And if you want a computer that 'just work's, dont go comparing a home built pc to a mac... at least compare it to a reasonable quality and brand store bought laptop or whatever.
There is no reason why a home-built PC should be any less reliable than a brand PC.
If anything, if the builder is savvy, they would check what the components are capable of, and which revisions have issues before buying. It may depress people if they knew how little of this occurs in teir 1 machines, of any class level. Also, many of the motherboards which are supposedly only available to teir 1 systems, are available legally, as alternative products.
If you self-build, you will have the oportunity to get what you require a lot cheaper, unless what you require fits in with what the teir 1 vendors want to sell you. In my experience, wanting what they want to sell people is rare, and 'upgrades' are costly.
On the storage side of things, having two seperated logical disks is a good idea. Have them on different raid cards, and ensure that the raid card is a real hardware raid, not software.
Personally, I would not recommend raid0 for the OS, it is the builder's choice of course.
The reason I would not recommend raid0 for the OS raid, is that it actually doubles the chance of the OS volume failing (i.e. statistically, the MTBF would be halfed. The chance of the disk failing on any one day is effectively comparable to 1/MTBF for a single disk, for two disks, you have twice the chance). Raid0 is where two disks have data striped across them. This means that if you are writting a file, chunk0 goes to disk 1, chunk1 goes to disk 2, chunk2 goes to disk1, chunk3 goes to disk 2, etc. etc. This speeds things up because the internal memory of the drives (cache) can store and deal with the chunks whilst the other disk is being written to (very basic explaination, but enough).
Unfortunately, if either of the disks fail, you will loose half of every file written to the disk (anything greater than 64k with most default raids). This means you will loose everything basically.
For the OS drive, as most of the time people forget to backup regularly, or update their backup software within the OS, and then forget to update the magic CD for recovering the backup, this usually means a loss of all the data.

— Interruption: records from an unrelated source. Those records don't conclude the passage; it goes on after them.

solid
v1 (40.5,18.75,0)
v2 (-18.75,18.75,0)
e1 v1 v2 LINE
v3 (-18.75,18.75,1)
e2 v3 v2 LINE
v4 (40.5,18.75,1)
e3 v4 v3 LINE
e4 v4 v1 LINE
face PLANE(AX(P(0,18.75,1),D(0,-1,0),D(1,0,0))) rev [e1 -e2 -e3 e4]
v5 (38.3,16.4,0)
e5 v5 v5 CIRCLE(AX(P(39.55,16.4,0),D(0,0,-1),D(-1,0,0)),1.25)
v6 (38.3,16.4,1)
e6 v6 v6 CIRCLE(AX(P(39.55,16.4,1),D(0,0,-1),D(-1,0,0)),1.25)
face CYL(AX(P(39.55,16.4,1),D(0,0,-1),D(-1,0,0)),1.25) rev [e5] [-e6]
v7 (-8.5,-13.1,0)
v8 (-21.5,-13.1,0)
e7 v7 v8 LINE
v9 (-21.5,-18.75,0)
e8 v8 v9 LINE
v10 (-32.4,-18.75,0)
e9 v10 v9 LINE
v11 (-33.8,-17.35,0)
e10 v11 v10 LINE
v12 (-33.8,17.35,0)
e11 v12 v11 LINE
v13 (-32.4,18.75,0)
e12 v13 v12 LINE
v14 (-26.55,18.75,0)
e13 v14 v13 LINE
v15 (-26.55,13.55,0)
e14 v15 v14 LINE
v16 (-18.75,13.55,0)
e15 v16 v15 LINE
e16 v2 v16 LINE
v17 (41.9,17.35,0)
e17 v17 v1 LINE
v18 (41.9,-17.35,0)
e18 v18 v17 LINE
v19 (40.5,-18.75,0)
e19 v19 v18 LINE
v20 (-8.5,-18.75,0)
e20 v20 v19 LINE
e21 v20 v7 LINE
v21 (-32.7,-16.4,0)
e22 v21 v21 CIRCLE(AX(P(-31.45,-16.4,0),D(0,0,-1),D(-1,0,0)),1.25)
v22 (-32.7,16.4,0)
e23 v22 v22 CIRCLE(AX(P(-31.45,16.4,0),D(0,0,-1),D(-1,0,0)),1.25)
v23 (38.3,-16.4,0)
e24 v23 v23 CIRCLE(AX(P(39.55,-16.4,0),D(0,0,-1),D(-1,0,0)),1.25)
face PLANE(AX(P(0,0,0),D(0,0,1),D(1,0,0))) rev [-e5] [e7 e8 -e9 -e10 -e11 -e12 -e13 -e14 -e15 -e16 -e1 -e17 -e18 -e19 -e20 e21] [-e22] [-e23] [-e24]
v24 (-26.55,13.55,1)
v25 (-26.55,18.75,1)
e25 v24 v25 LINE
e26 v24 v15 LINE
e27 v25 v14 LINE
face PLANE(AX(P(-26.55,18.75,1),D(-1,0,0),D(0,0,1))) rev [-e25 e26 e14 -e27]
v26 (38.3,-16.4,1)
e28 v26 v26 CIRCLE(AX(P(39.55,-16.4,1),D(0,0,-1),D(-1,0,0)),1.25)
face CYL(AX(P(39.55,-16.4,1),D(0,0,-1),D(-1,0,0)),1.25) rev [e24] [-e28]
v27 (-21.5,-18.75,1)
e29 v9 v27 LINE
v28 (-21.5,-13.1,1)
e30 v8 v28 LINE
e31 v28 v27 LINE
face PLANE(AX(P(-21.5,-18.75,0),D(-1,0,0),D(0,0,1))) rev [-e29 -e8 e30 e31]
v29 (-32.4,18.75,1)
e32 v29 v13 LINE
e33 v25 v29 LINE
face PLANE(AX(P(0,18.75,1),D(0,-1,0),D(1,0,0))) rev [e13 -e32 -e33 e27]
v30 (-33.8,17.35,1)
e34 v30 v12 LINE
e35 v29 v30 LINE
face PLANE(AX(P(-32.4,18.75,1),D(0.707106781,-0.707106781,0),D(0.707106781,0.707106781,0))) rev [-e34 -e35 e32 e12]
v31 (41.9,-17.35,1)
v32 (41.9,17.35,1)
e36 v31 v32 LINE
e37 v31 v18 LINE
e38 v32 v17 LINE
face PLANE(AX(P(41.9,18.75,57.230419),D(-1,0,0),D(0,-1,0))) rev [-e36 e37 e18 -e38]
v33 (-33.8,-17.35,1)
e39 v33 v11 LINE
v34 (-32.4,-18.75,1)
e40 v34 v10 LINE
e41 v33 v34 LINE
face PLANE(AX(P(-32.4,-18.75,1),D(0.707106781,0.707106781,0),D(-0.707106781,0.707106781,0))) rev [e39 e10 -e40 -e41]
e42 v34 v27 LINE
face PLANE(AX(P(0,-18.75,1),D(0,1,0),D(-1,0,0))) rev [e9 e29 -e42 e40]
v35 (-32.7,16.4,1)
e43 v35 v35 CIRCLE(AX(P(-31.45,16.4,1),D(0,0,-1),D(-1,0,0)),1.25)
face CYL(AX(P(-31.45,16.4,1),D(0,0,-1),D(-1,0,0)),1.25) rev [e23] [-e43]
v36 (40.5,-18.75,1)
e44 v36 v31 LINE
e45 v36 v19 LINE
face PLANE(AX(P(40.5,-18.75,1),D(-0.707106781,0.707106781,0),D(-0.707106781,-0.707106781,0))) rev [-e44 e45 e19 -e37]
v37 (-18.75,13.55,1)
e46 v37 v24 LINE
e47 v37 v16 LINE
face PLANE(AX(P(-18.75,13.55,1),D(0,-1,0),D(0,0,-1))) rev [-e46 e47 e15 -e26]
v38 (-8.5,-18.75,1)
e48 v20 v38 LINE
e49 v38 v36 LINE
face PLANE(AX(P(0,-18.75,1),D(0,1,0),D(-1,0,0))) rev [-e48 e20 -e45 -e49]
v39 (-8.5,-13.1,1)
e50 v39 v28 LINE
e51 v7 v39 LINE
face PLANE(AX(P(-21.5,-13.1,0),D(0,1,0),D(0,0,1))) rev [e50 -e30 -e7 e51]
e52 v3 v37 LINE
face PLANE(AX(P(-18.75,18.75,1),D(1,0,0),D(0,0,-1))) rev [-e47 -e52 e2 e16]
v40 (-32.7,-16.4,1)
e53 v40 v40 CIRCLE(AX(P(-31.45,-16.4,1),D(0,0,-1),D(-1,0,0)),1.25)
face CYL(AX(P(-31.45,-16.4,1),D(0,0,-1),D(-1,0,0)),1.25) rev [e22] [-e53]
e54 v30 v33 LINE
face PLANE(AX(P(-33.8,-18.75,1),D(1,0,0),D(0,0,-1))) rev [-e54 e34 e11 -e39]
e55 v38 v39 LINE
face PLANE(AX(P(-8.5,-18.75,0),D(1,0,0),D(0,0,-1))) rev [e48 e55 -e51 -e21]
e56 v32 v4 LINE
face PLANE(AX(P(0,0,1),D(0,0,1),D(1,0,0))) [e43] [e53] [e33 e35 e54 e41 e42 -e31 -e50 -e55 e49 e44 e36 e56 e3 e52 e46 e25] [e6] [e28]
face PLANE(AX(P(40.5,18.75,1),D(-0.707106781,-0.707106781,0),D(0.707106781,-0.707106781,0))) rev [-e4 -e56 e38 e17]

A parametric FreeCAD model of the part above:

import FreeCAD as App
import Part
import Sketcher

V = App.Vector
Q = App.Units.Quantity

doc = App.newDocument("Part")
params = doc.addObject("Spreadsheet::Sheet", "Params")
for row, (alias, value) in enumerate([
    ("sketch1_width", "33.8 mm"),
    ("sketch1_height", "37.5 mm"),
    ("pad1_length", "1 mm"),
    ("sketch2_width", "41.9 mm"),
    ("sketch2_height", "37.5 mm"),
    ("pad2_length", "1 mm"),
    ("sketch3_diameter", "2.5 mm"),
    ("sketch4_width", "1.4 mm"),
    ("sketch5_width", "13 mm"),
    ("sketch5_height", "5.65 mm"),
    ("sketch6_width", "7.8 mm"),
    ("sketch6_height", "5.2 mm"),
], start=1):
    params.set(f"A{row}", alias)
    params.set(f"B{row}", "=" + value)
    params.setAlias(f"B{row}", alias)

body = doc.addObject("PartDesign::Body", "Body")

# Sketch on XY plane
sketch1 = body.newObject("Sketcher::SketchObject", "Sketch")
sketch1.AttachmentSupport = (doc.getObject("XY_Plane"), [""])
sketch1.MapMode = "FlatFace"
sketch1.addGeometry([
    Part.LineSegment(V(-33.8, 18.75, 0), V(-33.8, -18.75, 0)),
    Part.LineSegment(V(-33.8, -18.75, 0), V(0, -18.75, 0)),
    Part.LineSegment(V(0, -18.75, 0), V(0, 18.75, 0)),
    Part.LineSegment(V(0, 18.75, 0), V(-33.8, 18.75, 0)),
], False)
sketch1.addConstraint([
    Sketcher.Constraint("Coincident", 0, 2, 1, 1),
    Sketcher.Constraint("Coincident", 1, 2, 2, 1),
    Sketcher.Constraint("Coincident", 2, 2, 3, 1),
    Sketcher.Constraint("Coincident", 3, 2, 0, 1),
    Sketcher.Constraint("Vertical", 0),
    Sketcher.Constraint("Horizontal", 1),
    Sketcher.Constraint("Vertical", 2),
    Sketcher.Constraint("Horizontal", 3),
    Sketcher.Constraint("Symmetric", 1, 2, 2, 2, -1, 1),
    Sketcher.Constraint("DistanceX", 1, 1, 1, 2, Q("33.8 mm")),
    Sketcher.Constraint("DistanceY", 0, 2, 0, 1, Q("37.5 mm")),
])
sketch1.setExpression("Constraints[9]", "Params.sketch1_width")
sketch1.setExpression("Constraints[10]", "Params.sketch1_height")
pad1 = body.newObject("PartDesign::Pad", "Pad")
pad1.Profile = sketch1
pad1.setExpression("Length", "Params.pad1_length")

# Sketch on XY plane
sketch2 = body.newObject("Sketcher::SketchObject", "Sketch001")
sketch2.AttachmentSupport = (doc.getObject("XY_Plane"), [""])
sketch2.MapMode = "FlatFace"
sketch2.addGeometry([
    Part.LineSegment(V(0, 18.75, 0), V(0, -18.75, 0)),
    Part.LineSegment(V(0, -18.75, 0), V(41.9, -18.75, 0)),
    Part.LineSegment(V(41.9, -18.75, 0), V(41.9, 18.75, 0)),
    Part.LineSegment(V(41.9, 18.75, 0), V(0, 18.75, 0)),
], False)
sketch2.addConstraint([
    Sketcher.Constraint("Coincident", 0, 2, 1, 1),
    Sketcher.Constraint("Coincident", 1, 2, 2, 1),
    Sketcher.Constraint("Coincident", 2, 2, 3, 1),
    Sketcher.Constraint("Coincident", 3, 2, 0, 1),
    Sketcher.Constraint("Vertical", 0),
    Sketcher.Constraint("Horizontal", 1),
    Sketcher.Constraint("Vertical", 2),
    Sketcher.Constraint("Horizontal", 3),
    Sketcher.Constraint("Symmetric", 0, 2, 3, 2, -1, 1),
    Sketcher.Constraint("DistanceX", 1, 1, 1, 2, Q("41.9 mm")),
    Sketcher.Constraint("DistanceY", 0, 2, 0, 1, Q("37.5 mm")),
])
sketch2.setExpression("Constraints[9]", "Params.sketch2_width")
sketch2.setExpression("Constraints[10]", "Params.sketch2_height")
pad2 = body.newObject("PartDesign::Pad", "Pad001")
pad2.Profile = sketch2
pad2.setExpression("Length", "Params.pad2_length")

# Sketch on XY plane
sketch3 = body.newObject("Sketcher::SketchObject", "Sketch002")
sketch3.AttachmentSupport = (doc.getObject("XY_Plane"), [""])
sketch3.MapMode = "FlatFace"
sketch3.addGeometry([
    Part.Circle(V(-31.45, -16.4, 0), V(0, 0, 1), 1.25),
    Part.Circle(V(39.55, -16.4, 0), V(0, 0, 1), 1.25),
    Part.Circle(V(39.55, 16.4, 0), V(0, 0, 1), 1.25),
    Part.Circle(V(-31.45, 16.4, 0), V(0, 0, 1), 1.25),
], False)
sketch3.addConstraint([
    Sketcher.Constraint("Equal", 0, 1),
    Sketcher.Constraint("Equal", 1, 2),
    Sketcher.Constraint("Equal", 2, 3),
    Sketcher.Constraint("Symmetric", 1, 3, 2, 3, -1),
    Sketcher.Constraint("Symmetric", 0, 3, 3, 3, -1),
    Sketcher.Constraint("Horizontal", 0, 3, 1, 3),
    Sketcher.Constraint("Diameter", 0, Q("2.5 mm")),
    Sketcher.Constraint("DistanceX", 0, 3, 1, 3, Q("71 mm")),
    Sketcher.Constraint("DistanceY", 0, 3, -1, 1, Q("16.4 mm")),
    Sketcher.Constraint("DistanceX", 0, 3, -1, 1, Q("31.45 mm")),
])
sketch3.setExpression("Constraints[6]", "Params.sketch3_diameter")
pocket1 = body.newObject("PartDesign::Pocket", "Pocket")
pocket1.Profile = sketch3
pocket1.Type = "ThroughAll"
pocket1.Reversed = True

# Sketch on XY plane
sketch4 = body.newObject("Sketcher::SketchObject", "Sketch003")
sketch4.AttachmentSupport = (doc.getObject("XY_Plane"), [""])
sketch4.MapMode = "FlatFace"
sketch4.addGeometry([
    Part.LineSegment(V(40.5, 18.75, 0), V(41.9, 18.75, 0)),  # 0
    Part.LineSegment(V(41.9, 18.75, 0), V(41.9, 17.35, 0)),  # 1
    Part.LineSegment(V(41.9, 17.35, 0), V(40.5, 18.75, 0)),  # 2
    Part.LineSegment(V(41.9, -17.35, 0), V(41.9, -18.75, 0)),  # 3
    Part.LineSegment(V(41.9, -18.75, 0), V(40.5, -18.75, 0)),  # 4
    Part.LineSegment(V(40.5, -18.75, 0), V(41.9, -17.35, 0)),  # 5
    Part.LineSegment(V(-32.4, -18.75, 0), V(-33.8, -18.75, 0)),  # 6
    Part.LineSegment(V(-33.8, -18.75, 0), V(-33.8, -17.35, 0)),  # 7
    Part.LineSegment(V(-33.8, -17.35, 0), V(-32.4, -18.75, 0)),  # 8
    Part.LineSegment(V(-33.8, 17.35, 0), V(-33.8, 18.75, 0)),  # 9
    Part.LineSegment(V(-33.8, 18.75, 0), V(-32.4, 18.75, 0)),  # 10
    Part.LineSegment(V(-32.4, 18.75, 0), V(-33.8, 17.35, 0)),  # 11
], False)
sketch4.addConstraint([
    Sketcher.Constraint("Coincident", 0, 2, 1, 1),
    Sketcher.Constraint("Coincident", 1, 2, 2, 1),
    Sketcher.Constraint("Coincident", 2, 2, 0, 1),
    Sketcher.Constraint("Coincident", 3, 2, 4, 1),
    Sketcher.Constraint("Coincident", 4, 2, 5, 1),
    Sketcher.Constraint("Coincident", 5, 2, 3, 1),
    Sketcher.Constraint("Coincident", 6, 2, 7, 1),
    Sketcher.Constraint("Coincident", 7, 2, 8, 1),
    Sketcher.Constraint("Coincident", 8, 2, 6, 1),
    Sketcher.Constraint("Coincident", 9, 2, 10, 1),
    Sketcher.Constraint("Coincident", 10, 2, 11, 1),
    Sketcher.Constraint("Coincident", 11, 2, 9, 1),
    Sketcher.Constraint("Horizontal", 0),
    Sketcher.Constraint("Vertical", 1),
    Sketcher.Constraint("Vertical", 3),
    Sketcher.Constraint("Horizontal", 4),
    Sketcher.Constraint("Horizontal", 6),
    Sketcher.Constraint("Vertical", 7),
    Sketcher.Constraint("Vertical", 9),
    Sketcher.Constraint("Horizontal", 10),
    Sketcher.Constraint("Symmetric", 0, 2, 3, 2, -1),
    Sketcher.Constraint("Symmetric", 6, 2, 9, 2, -1),
    Sketcher.Constraint("Perpendicular", 2, 5),
    Sketcher.Constraint("Perpendicular", 5, 8),
    Sketcher.Constraint("Perpendicular", 8, 11),
    Sketcher.Constraint("Horizontal", 4, 2, 6, 2),
    Sketcher.Constraint("Horizontal", 5, 2, 7, 2),
    Sketcher.Constraint("Horizontal", 1, 2, 11, 2),
    Sketcher.Constraint("Vertical", 2, 2, 4, 2),
    Sketcher.Constraint("Vertical", 8, 2, 10, 2),
    Sketcher.Constraint("DistanceX", 0, 1, 0, 2, Q("1.4 mm")),
    Sketcher.Constraint("DistanceX", -1, 1, 0, 2, Q("41.9 mm")),
    Sketcher.Constraint("DistanceX", 6, 2, -1, 1, Q("33.8 mm")),
    Sketcher.Constraint("DistanceY", 3, 2, 1, 2, Q("36.1 mm")),
])
sketch4.setExpression("Constraints[30]", "Params.sketch4_width")
pocket2 = body.newObject("PartDesign::Pocket", "Pocket001")
pocket2.Profile = sketch4
pocket2.Type = "ThroughAll"
pocket2.Reversed = True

Other raid levels more worth considering are:
raid1 = mirror mode. Data is written to both disks simultaeneously. If you have a good hardware raid card, there will be no reduction in speed, but no gain in speed. The disk space is the disk space of the smallest disk. If one disk fails, there is no loss of data. Raid 1 is usually 2 disks exactly
raid5 = parity raid. Data is written to (n-1) disks as per a stripe. The n'th part of the stripe contains a checksum. This means that if one disk fails, the raid card can recalculate (and work with) the data that is on the disks on the fly. The speed for small writes is usually improved because of the cache on the disk. Writting large files can be vastly improved. You loose the size of one disk in this situation though. For example, if you have 12x 300gb disks in raid5, you get 11x 300gb available = 3.3TB (actually what I have described is actually raid3, but is close enough not to argue about). For raid 5 you have to have 3 disks or more. For example. 3x 1.5TB disks in raid 5 gives you 3TB
If you have money to burn, and really need the speed, then raid10 combines the resiliency (not the same as reliability, you have 4 times the chance of a disk failure, but only 1.5 [or is that 1.6] times the chance of loosing data), and the speed of raid0
Basically, you mirror two disks together, and another two disks together, then take these two virtual disks, and stripe them. This gives a lot of speed due to disk caches and writting to different disks at different times. It gives you the storage capacity of 2x a single disk though. For raid 10, you can have any even number of disks above 4.
Edit:
Not that I want to be pushing up MS sales, but my desktop running windows XP says it has been running for 17 days now. It has had a little less use than usualy it would in that period, but it usually does get pretty hammered.
On the other hand, my linux machine reports 48 days, and that was only due to me changing the UPS it is on. That really gets hammered.